I will also add a command to scale the y axis to be log10 scale.
```{r}
gdp_v_le <- gapminder %>% filter(year==2000, !is.na(gdp)) %>%
mutate(gdpPerCap = gdp/population) %>%
ggplot(aes(x = life_expectancy, y=gdpPerCap, color=continent)) +
geom_point(color="black", alpha = 0.2) +
geom_smooth(method="lm", formula = y ~ x, se = FALSE) +
scale_y_log10()
gdp_v_le + theme_dark()
gdp_v_le + theme_classic()
gdp_v_le + theme_minimal()
```
So far, we've only looked at plots involving two dimensional continous data, such as scatter and line plots. Let's now look at some additional types of plots.
## 1-d plots
The simplest kind of one-dimensional plots are those that summarize the distribution of a single continuous variable, such as histograms and density plots.

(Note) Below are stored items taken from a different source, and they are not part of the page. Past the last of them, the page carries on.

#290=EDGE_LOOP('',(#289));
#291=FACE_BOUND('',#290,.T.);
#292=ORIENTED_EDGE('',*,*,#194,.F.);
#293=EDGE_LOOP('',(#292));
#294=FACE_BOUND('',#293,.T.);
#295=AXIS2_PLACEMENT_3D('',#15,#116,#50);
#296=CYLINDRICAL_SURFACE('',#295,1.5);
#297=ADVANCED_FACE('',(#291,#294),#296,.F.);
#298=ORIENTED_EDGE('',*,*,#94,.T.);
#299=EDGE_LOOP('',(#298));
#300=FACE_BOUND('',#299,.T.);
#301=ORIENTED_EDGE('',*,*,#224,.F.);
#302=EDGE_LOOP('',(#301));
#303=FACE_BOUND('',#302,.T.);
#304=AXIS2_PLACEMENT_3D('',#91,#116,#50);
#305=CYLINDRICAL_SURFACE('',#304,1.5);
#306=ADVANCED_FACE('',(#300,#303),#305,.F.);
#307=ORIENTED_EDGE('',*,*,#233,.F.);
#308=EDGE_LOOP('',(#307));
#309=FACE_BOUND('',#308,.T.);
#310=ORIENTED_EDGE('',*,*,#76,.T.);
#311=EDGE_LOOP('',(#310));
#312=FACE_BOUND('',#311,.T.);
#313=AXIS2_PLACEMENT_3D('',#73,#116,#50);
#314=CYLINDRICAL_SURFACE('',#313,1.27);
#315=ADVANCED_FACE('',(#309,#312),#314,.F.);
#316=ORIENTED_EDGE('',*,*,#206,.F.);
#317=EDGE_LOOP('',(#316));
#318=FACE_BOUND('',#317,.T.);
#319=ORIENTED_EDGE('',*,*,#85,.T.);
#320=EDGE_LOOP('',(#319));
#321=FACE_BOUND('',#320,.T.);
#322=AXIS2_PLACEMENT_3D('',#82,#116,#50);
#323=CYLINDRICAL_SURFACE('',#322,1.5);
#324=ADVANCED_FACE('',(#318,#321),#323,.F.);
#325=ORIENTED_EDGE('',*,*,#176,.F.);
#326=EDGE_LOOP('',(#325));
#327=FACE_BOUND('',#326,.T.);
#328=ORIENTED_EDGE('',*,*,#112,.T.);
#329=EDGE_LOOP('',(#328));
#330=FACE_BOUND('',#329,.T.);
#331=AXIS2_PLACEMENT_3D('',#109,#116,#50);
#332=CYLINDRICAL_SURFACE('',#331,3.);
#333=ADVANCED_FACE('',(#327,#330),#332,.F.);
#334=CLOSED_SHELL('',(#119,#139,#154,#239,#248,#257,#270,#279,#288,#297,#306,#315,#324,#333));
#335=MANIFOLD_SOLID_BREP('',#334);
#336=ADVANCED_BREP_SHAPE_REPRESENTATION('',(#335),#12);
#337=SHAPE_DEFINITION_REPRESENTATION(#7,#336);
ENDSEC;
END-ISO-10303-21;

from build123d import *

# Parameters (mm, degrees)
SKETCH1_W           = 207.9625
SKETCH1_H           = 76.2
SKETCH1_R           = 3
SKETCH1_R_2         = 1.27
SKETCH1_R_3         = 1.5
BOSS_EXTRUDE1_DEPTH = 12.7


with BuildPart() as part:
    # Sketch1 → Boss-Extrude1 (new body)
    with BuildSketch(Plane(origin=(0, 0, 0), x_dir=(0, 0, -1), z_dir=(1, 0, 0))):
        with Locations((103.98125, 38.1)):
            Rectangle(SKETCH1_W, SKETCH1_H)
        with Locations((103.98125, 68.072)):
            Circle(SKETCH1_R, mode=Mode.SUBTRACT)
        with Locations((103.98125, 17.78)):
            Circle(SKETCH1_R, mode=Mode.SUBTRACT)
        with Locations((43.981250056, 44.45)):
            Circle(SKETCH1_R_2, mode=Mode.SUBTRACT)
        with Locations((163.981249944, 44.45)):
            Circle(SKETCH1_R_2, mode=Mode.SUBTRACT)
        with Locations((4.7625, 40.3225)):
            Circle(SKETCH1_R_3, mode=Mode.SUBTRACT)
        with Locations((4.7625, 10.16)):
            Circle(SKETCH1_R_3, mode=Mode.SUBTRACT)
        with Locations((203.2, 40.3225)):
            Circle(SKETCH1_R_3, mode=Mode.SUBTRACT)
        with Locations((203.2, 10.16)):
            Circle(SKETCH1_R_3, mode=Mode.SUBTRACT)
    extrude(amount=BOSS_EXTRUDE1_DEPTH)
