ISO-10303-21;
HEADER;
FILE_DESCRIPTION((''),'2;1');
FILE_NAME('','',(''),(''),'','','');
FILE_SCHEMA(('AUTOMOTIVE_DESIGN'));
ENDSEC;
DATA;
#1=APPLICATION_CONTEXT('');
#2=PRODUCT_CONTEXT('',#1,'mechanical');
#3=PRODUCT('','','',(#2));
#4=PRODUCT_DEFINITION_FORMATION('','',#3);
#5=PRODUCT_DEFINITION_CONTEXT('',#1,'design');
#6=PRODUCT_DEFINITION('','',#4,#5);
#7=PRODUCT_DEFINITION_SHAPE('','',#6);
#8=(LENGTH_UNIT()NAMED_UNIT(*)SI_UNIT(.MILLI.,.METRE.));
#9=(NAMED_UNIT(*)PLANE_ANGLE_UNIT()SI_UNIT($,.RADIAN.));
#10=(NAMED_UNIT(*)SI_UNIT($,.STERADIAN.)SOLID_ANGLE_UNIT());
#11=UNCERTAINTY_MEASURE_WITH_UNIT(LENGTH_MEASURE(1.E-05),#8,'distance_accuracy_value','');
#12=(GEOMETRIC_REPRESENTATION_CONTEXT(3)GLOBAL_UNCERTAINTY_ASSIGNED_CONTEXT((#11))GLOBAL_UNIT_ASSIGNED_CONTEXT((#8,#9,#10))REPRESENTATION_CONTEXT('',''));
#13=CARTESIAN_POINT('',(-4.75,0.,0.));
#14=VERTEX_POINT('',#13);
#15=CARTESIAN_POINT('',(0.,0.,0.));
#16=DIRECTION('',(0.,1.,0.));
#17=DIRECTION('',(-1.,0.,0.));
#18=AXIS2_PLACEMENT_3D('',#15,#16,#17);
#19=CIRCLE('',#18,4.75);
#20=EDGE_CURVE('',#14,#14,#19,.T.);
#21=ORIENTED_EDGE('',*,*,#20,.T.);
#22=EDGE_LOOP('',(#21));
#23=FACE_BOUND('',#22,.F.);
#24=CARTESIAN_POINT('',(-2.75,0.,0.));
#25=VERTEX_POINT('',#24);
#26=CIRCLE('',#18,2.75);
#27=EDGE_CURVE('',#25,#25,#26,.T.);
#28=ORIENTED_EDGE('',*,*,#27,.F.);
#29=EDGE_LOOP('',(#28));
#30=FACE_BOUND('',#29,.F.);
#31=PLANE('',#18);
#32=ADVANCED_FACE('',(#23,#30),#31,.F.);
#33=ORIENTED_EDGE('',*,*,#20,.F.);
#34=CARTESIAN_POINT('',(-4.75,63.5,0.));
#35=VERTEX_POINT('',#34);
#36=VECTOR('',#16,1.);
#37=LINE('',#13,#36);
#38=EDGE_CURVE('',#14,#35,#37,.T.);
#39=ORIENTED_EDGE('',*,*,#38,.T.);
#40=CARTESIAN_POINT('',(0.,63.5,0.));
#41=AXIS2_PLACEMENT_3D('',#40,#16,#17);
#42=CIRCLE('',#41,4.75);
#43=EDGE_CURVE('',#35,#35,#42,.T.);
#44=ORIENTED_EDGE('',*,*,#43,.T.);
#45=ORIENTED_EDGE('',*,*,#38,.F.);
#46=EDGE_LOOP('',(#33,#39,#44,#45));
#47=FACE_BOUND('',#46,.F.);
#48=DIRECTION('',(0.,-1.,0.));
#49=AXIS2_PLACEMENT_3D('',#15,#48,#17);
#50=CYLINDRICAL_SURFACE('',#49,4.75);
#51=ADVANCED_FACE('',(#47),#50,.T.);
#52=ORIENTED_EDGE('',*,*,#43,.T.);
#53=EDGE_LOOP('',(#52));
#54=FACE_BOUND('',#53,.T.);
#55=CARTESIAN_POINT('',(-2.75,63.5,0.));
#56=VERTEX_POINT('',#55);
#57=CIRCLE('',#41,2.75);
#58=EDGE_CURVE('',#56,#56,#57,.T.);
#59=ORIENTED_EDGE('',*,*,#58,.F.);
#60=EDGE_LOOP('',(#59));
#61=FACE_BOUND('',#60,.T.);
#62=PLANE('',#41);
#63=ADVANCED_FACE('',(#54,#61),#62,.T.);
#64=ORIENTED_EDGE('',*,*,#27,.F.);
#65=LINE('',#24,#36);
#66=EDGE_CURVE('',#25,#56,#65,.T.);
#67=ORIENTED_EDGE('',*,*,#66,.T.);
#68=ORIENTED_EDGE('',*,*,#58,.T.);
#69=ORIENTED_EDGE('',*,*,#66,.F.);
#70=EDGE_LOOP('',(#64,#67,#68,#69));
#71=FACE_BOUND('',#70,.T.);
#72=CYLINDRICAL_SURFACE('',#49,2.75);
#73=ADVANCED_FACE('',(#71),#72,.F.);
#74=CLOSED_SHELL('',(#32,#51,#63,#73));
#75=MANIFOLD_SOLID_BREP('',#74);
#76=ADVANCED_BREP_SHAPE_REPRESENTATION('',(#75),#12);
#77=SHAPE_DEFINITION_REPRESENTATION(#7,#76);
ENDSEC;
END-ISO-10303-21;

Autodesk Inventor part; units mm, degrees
ref_plane "YZ Plane" through (0, 0, 0) normal (1, 0, 0) x (0, 1, 0)
ref_plane "XZ Plane" through (0, 0, 0) normal (0, 1, 0) x (-1, 0, 0)
ref_plane "XY Plane" through (0, 0, 0) normal (0, 0, 1) x (1, 0, 0)
sketch "Sketch1" plane through (0, 0, 0) normal (0, 1, 0) x (-1, 0, 0)
  circle A0 centre (0, 0) radius 2.75
  circle A1 centre (0, 0) radius 4.75
  dimension "d0" = 5.5
  dimension "d1" = 9.5
extrude "Extrusion1" add sketch "Sketch1" along normal blind 63.5
properties part number "63_5mmSpacer"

These are very useful, so let's look at how to make them with ggplot.
```{r}
gapminder %>% ggplot(aes(life_expectancy)) + geom_histogram(binwidth=2)
```
```{r}
le_dist <- gapminder %>% mutate(decade = as.factor(floor(year/10))) %>%
ggplot(aes(life_expectancy, color=decade))
le_dist + geom_histogram(binwidth = 3)
le_dist + geom_freqpoly(binwidth = 3)
le_dist + geom_density()
```
## Categorical data
Sometimes we want to plot categorical data, either bar plots with counts of each discrete value, or boxplots or similar that summarize the distribution of a continuous variable by category.
For example, we might want to look at a summary of the plot we just made.
```{r}
gapminder %>% mutate(decade = as.factor(floor(year/10))) %>%
ggplot(aes(x=decade, y=life_expectancy)) + geom_boxplot()
gapminder %>% mutate(decade = as.factor(floor(year/10))) %>%
ggplot(aes(x=decade, y=life_expectancy, fill=continent)) + geom_boxplot()
gapminder %>% mutate(decade = as.factor(floor(year/10))) %>%
ggplot(aes(x=continent, y=life_expectancy)) + geom_boxplot(aes(color=decade))
```
Notice that the 'color' argument here in aes() functions like a group_by argument, and groups points by default; fill does the same thing but colors the inside of the boxplot instead of the outside. Note also that we can put the aes() argument either in the ggplot call or the geom. For this plot, it doesn't make a difference, but if we wanted to include multiple geoms in one plot, it could.
Finally, let's end with something a bit more complicated:
```{r}
gapminder %>% mutate(decade = as.factor(floor(year/10)),
log_gdpPerCap = log10(gdp/population)) %>%
filter(!is.na(log_gdpPerCap)) %>%
ggplot(aes(x=log_gdpPerCap, y=life_expectancy)) +
geom_point(alpha=0.2, color="gray50") +
geom_smooth(color="red", method="loess", formula = y~x) +
facet_grid(cols=vars(decade), rows=vars(continent))
```
## Review
We've covered a lot of material here, so let's just touch on the basics.
A plot in ggplot is built up from a dataset, a set of aesthetics establishing a coordinate system and axis, and geoms mapping data to the aesthetics.
For many simple plots, the default options for the geom call work fine, as we've seen. There are geoms for almost any way of plotting data you could imagine.
Grouping is available as well, which lets you naturally summarize subsets of your data. While we didn't talk about it today, facet_grid and facet_wrap can help you create grids of plots each summarizing a different subset of the data.